Express this limit as a definite integral. No interval given. $\lim\limits_{n\to\infty}\sum_{k=1}^n \left(1+\frac{2k}{n}\right)\cdot \frac{2}{n}$ I am having trouble trying to convert a limit to a definite integral. I am unsure about how to go about this. I have already tried googling this but can not find anything that is comprehensive enough for me to learn from.
Here's the limit: 
$$\lim_{n\rightarrow \infty}\sum_{k=1}^n \left(1+\frac{2k}{n}\right)\cdot \frac{2}{n}$$
I need to express this as a definite integral but cannot figure out how. My textbook is not clear and doesn't include an example, and my professor did not explain this.
Thank you!
 A: The goal is to represent the limit
$$\lim_{n\rightarrow \infty}\sum_{k=1}^n \left(1+\frac{2k}{n}\right)\cdot \frac{2}{n}$$
as an integral.
In fact, any integral like $\int_a^b f(x) dx$ can be approximated as a sum of $n$ rectangles:
$$\int_a^b f(x)dx \approx \sum_{k=1}^n f(a + k\cdot\Delta x)\cdot \Delta x$$
A picture shows why— here, $\Delta x$ is the width of the rectangles (it's equal to the length of the interval divided into $n$ equal pieces), $(a+k\Delta x)$ is the x-position of the $k$th rectangle, and $f(a+k\cdot \Delta x)$ is its height so that the left tip of the rectangle touches the curve $f(x)$.
If we increase the number of rectangles $n$, the sum should become a more and more accurate approximation of the integral. Eventually, if the limit exists, the approximation will become exact:
$$\int_a^b f(x)dx = \lim_{n\rightarrow \infty}\sum_{k=1}^n f(a + k\cdot\Delta x)\cdot \Delta x$$
If we match this general pattern against the equation you're given, it looks like:


*

*$\Delta x \longleftrightarrow \frac{2}{n}$ is the rectangle width.

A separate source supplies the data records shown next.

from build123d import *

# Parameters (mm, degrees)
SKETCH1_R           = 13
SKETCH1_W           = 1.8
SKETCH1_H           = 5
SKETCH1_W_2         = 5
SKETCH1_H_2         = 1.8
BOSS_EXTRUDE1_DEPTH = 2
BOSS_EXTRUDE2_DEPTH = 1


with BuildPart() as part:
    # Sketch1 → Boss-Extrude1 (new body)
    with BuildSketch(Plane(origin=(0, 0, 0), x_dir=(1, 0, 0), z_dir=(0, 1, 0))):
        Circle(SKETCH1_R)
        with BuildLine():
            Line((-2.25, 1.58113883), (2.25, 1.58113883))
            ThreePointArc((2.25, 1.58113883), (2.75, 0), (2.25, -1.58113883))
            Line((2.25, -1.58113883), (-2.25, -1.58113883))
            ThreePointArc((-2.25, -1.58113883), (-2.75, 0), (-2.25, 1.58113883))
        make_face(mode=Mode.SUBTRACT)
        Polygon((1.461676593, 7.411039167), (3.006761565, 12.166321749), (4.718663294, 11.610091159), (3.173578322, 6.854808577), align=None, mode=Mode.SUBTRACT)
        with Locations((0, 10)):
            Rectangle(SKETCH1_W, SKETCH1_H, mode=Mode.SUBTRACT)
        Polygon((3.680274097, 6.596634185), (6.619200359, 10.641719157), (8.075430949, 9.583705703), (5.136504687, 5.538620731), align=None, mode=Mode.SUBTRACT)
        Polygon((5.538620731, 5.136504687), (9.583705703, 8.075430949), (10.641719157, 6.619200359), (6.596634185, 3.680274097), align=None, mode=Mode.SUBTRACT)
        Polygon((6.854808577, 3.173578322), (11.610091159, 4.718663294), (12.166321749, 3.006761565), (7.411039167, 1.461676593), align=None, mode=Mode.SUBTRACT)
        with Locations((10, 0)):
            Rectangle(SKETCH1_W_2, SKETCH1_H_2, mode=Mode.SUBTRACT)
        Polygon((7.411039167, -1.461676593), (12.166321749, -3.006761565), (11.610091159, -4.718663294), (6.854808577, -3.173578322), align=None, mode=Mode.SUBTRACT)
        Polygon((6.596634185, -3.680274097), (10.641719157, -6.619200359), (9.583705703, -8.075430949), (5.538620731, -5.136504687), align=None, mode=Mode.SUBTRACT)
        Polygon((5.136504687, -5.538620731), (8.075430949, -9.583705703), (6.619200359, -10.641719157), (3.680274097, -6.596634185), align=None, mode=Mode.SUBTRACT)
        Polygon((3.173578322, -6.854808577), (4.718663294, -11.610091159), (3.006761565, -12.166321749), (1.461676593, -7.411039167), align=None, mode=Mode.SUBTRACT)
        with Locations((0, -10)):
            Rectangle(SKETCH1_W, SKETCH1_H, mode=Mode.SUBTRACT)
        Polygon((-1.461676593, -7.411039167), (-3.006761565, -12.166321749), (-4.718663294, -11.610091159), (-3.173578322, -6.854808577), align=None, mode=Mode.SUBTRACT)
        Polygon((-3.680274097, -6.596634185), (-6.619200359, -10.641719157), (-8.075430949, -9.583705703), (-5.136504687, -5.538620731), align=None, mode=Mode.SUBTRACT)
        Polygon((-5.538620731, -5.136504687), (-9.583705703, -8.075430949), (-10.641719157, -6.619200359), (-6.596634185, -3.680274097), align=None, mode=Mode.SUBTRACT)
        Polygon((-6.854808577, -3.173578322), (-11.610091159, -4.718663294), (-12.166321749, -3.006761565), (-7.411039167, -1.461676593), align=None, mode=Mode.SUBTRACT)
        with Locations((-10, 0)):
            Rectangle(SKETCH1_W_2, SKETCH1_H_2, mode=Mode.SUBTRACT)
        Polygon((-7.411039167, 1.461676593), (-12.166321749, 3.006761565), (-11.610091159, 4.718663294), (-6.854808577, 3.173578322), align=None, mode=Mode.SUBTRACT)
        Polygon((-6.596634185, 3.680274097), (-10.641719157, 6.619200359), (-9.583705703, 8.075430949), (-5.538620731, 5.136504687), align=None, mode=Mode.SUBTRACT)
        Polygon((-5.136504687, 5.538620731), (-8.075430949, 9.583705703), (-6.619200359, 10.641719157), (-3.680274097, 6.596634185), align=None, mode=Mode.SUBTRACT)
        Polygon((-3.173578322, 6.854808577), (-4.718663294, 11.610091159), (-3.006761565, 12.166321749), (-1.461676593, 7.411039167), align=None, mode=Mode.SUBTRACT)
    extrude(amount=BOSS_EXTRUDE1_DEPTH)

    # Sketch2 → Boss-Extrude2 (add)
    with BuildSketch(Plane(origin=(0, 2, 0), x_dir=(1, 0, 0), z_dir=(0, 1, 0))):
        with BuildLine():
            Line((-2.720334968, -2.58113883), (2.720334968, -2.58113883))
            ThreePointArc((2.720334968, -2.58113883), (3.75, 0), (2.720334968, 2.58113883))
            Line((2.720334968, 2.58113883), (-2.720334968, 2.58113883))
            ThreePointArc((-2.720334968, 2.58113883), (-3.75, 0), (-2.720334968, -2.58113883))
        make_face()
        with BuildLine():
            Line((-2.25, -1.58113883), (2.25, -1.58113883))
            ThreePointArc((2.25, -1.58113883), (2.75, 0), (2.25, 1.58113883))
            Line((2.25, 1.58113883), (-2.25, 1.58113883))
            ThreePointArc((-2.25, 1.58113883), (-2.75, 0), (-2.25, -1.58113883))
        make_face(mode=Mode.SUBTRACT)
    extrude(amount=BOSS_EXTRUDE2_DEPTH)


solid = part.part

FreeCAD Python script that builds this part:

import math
import FreeCAD as App
import Part
import Sketcher
from FreeCAD import Vector
Q = App.Units.Quantity

doc = App.newDocument("Part")
body = doc.addObject("PartDesign::Body", "Body")

sketch1 = doc.addObject("Sketcher::SketchObject", "Sketch")
body.addObject(sketch1)
sketch1.AttachmentSupport = (doc.XZ_Plane, [""])
sketch1.MapMode = "FlatFace"
sketch1.addGeometry([
    Part.Circle(Vector(0, 0, 0), Vector(0, 0, 1), 13),
    Part.LineSegment(Vector(-3.2, 6.9, 0), Vector(-1.5, 7.4, 0)),
    Part.LineSegment(Vector(-1.5, 7.4, 0), Vector(-3, 12.2, 0)),
    Part.LineSegment(Vector(-3, 12.2, 0), Vector(-4.7, 11.6, 0)),
    Part.LineSegment(Vector(-4.7, 11.6, 0), Vector(-3.2, 6.9, 0)),
    Part.LineSegment(Vector(-5.1, 5.5, 0), Vector(-3.7, 6.6, 0)),
    Part.LineSegment(Vector(-3.7, 6.6, 0), Vector(-6.6, 10.6, 0)),
    Part.LineSegment(Vector(-6.6, 10.6, 0), Vector(-8.1, 9.6, 0)),
    Part.LineSegment(Vector(-8.1, 9.6, 0), Vector(-5.1, 5.5, 0)),
    Part.LineSegment(Vector(-6.6, 3.7, 0), Vector(-5.5, 5.1, 0)),
    Part.LineSegment(Vector(-5.5, 5.1, 0), Vector(-9.6, 8.1, 0)),
    Part.LineSegment(Vector(-9.6, 8.1, 0), Vector(-10.6, 6.6, 0)),
    Part.LineSegment(Vector(-10.6, 6.6, 0), Vector(-6.6, 3.7, 0)),
    Part.LineSegment(Vector(-7.4, 1.5, 0), Vector(-6.9, 3.2, 0)),
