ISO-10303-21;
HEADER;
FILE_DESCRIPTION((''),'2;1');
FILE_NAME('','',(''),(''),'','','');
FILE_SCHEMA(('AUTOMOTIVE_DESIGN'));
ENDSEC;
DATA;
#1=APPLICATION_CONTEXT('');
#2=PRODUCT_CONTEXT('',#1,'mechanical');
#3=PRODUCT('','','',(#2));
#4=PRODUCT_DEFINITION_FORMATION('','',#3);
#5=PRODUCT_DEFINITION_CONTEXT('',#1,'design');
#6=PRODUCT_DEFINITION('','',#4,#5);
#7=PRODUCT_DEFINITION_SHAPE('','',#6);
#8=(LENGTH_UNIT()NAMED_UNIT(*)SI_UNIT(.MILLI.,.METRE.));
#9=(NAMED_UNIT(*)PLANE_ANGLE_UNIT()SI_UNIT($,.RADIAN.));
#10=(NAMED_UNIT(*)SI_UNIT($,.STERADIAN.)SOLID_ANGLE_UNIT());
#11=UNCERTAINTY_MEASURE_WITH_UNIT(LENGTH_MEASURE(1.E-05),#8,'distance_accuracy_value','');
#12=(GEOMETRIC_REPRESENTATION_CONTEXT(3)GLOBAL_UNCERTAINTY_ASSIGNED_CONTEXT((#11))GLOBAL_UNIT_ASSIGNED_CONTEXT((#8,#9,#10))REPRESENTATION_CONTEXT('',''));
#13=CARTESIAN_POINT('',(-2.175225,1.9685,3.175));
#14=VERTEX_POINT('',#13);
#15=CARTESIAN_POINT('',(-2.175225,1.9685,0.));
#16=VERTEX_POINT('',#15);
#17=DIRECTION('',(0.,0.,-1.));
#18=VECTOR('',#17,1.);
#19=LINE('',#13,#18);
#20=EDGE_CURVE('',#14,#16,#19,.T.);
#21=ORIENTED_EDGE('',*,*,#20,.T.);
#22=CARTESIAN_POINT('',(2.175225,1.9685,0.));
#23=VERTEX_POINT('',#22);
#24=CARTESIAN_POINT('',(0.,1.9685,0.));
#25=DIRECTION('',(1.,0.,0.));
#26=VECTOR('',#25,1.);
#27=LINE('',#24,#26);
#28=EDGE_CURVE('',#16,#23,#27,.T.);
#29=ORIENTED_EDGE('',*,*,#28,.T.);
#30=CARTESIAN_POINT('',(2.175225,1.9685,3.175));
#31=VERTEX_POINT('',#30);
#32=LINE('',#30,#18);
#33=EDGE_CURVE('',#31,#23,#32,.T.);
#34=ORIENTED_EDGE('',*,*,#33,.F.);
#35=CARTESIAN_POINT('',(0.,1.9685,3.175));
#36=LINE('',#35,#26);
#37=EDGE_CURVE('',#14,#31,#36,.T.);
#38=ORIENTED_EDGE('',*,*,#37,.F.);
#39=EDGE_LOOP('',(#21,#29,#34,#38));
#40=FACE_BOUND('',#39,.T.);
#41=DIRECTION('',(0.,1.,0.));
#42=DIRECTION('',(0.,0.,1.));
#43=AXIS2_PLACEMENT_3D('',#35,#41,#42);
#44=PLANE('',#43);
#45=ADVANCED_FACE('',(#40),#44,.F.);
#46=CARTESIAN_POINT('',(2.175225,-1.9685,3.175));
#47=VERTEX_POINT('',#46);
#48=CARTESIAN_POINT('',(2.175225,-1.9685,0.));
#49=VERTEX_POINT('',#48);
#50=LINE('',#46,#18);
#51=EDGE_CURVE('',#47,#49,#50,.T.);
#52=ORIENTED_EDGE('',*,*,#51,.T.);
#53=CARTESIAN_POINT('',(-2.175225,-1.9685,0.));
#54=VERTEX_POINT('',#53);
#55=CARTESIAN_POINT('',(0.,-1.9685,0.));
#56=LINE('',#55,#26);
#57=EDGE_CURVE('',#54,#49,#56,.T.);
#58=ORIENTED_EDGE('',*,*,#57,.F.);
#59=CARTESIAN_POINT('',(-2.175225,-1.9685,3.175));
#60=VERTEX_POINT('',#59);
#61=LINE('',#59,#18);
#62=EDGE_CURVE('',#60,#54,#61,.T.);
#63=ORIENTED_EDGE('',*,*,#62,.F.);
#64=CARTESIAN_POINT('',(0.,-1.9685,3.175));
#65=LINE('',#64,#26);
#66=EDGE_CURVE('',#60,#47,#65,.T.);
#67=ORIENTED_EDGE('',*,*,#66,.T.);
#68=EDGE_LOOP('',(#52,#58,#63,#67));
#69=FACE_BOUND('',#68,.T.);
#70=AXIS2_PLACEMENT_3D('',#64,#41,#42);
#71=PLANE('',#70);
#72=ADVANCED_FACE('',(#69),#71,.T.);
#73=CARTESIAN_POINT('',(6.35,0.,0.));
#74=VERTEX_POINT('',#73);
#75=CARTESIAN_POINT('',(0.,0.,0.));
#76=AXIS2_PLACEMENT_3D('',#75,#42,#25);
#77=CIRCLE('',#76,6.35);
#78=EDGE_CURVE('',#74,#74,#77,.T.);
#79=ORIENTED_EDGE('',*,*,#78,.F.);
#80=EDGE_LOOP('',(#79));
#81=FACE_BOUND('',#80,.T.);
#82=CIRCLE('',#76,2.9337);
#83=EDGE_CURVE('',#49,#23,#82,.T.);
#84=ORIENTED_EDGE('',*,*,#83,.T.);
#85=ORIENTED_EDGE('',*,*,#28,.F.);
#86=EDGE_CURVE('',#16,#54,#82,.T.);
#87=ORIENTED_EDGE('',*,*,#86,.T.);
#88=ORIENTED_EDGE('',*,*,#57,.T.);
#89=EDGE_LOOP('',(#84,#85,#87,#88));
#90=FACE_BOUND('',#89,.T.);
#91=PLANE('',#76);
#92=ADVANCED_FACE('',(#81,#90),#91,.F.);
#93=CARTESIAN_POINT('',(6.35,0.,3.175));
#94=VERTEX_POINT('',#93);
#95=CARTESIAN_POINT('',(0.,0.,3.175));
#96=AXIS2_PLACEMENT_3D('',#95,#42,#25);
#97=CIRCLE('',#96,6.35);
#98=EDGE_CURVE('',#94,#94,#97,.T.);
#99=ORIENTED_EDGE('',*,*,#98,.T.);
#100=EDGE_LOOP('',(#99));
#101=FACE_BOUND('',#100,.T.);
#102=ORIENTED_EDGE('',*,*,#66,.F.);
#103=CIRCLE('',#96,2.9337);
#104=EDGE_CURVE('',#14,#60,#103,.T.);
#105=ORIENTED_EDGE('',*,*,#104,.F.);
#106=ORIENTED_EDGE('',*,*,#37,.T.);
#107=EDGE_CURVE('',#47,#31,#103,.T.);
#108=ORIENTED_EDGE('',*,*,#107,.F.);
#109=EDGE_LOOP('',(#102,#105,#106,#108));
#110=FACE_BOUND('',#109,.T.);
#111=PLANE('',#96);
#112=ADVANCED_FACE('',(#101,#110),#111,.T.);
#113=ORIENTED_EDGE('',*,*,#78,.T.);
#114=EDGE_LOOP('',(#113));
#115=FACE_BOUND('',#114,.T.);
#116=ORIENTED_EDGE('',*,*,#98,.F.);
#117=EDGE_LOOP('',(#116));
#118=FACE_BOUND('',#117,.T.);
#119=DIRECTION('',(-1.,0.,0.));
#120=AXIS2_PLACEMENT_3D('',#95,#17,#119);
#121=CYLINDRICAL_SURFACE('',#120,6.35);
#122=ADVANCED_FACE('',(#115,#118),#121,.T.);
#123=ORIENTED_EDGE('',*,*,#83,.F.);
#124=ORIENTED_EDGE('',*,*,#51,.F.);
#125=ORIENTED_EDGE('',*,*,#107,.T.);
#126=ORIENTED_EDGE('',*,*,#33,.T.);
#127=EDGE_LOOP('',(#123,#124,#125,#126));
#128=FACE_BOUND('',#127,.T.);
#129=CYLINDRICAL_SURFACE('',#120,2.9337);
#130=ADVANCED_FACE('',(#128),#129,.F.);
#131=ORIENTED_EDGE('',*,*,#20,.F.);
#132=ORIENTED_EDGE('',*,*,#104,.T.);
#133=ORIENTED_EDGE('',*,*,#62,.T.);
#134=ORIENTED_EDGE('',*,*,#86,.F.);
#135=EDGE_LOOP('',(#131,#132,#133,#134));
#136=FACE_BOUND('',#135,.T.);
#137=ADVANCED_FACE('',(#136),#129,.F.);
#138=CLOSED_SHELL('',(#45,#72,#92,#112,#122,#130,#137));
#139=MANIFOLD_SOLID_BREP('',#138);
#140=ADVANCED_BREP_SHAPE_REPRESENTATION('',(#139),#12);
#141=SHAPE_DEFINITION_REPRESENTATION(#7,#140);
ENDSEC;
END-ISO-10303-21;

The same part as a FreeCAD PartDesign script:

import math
import FreeCAD as App
import Part
import Sketcher
from FreeCAD import Vector
Q = App.Units.Quantity

doc = App.newDocument("Part")
body = doc.addObject("PartDesign::Body", "Body")

sketch1 = body.newObject("Sketcher::SketchObject", "Sketch")
sketch1.AttachmentSupport = (doc.getObject("XY_Plane"), [""])
sketch1.MapMode = "FlatFace"
sketch1.addGeometry(Part.Circle(Vector(0, 0, 0), Vector(0, 0, 1), 6.3), False)
sketch1.addGeometry(Part.ArcOfCircle(Part.Circle(Vector(0, 0, 0), Vector(0, 0, 1), 2.9), math.radians(138), math.radians(222)), False)
sketch1.addGeometry(Part.LineSegment(Vector(-2.2, 2, 0), Vector(2.2, 2, 0)), False)
sketch1.addGeometry(Part.ArcOfCircle(Part.Circle(Vector(0, 0, 0), Vector(0, 0, 1), 2.9), math.radians(-42), math.radians(42)), False)
sketch1.addGeometry(Part.LineSegment(Vector(2.2, -2, 0), Vector(-2.2, -2, 0)), False)
sketch1.addConstraint(Sketcher.Constraint("Coincident", 1, 1, 2, 1))
sketch1.addConstraint(Sketcher.Constraint("Coincident", 2, 2, 3, 2))
sketch1.addConstraint(Sketcher.Constraint("Coincident", 3, 1, 4, 1))
sketch1.addConstraint(Sketcher.Constraint("Coincident", 4, 2, 1, 2))
sketch1.addConstraint(Sketcher.Constraint("Horizontal", 2))
sketch1.addConstraint(Sketcher.Constraint("Horizontal", 4))
sketch1.addConstraint(Sketcher.Constraint("Coincident", 0, 3, -1, 1))
sketch1.addConstraint(Sketcher.Constraint("Coincident", 1, 3, -1, 1))
sketch1.addConstraint(Sketcher.Constraint("Coincident", 3, 3, -1, 1))
sketch1.addConstraint(Sketcher.Constraint("Equal", 1, 3))
sketch1.addConstraint(Sketcher.Constraint("Vertical", 2, 2, 3, 1))
sketch1.addConstraint(Sketcher.Constraint("Diameter", 0, Q("0.5 in")))
sketch1.addConstraint(Sketcher.Constraint("Radius", 1, Q("0.1155 in")))
sketch1.addConstraint(Sketcher.Constraint("DistanceY", 3, 1, 2, 2, Q("0.155 in")))
pad1 = body.newObject("PartDesign::Pad", "Pad")
pad1.Profile = sketch1
pad1.Length = Q("0.125 in")

doc.recompute()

*$f(a + k \Delta x) \longleftrightarrow (1 + k\cdot \frac{2}{n})$

*So the left endpoint $a$ is 1. 

*And $f(x) = x$, nothing more complicated.

*And we can solve for the right endpoint $b$ because we know that $\Delta x \equiv \frac{b-a}{n}$ by definition of these equally-spaced rectangles and $a = 1$ as we have found. So $\frac{2}{n} = \frac{b-1}{n}$ so $b=3$.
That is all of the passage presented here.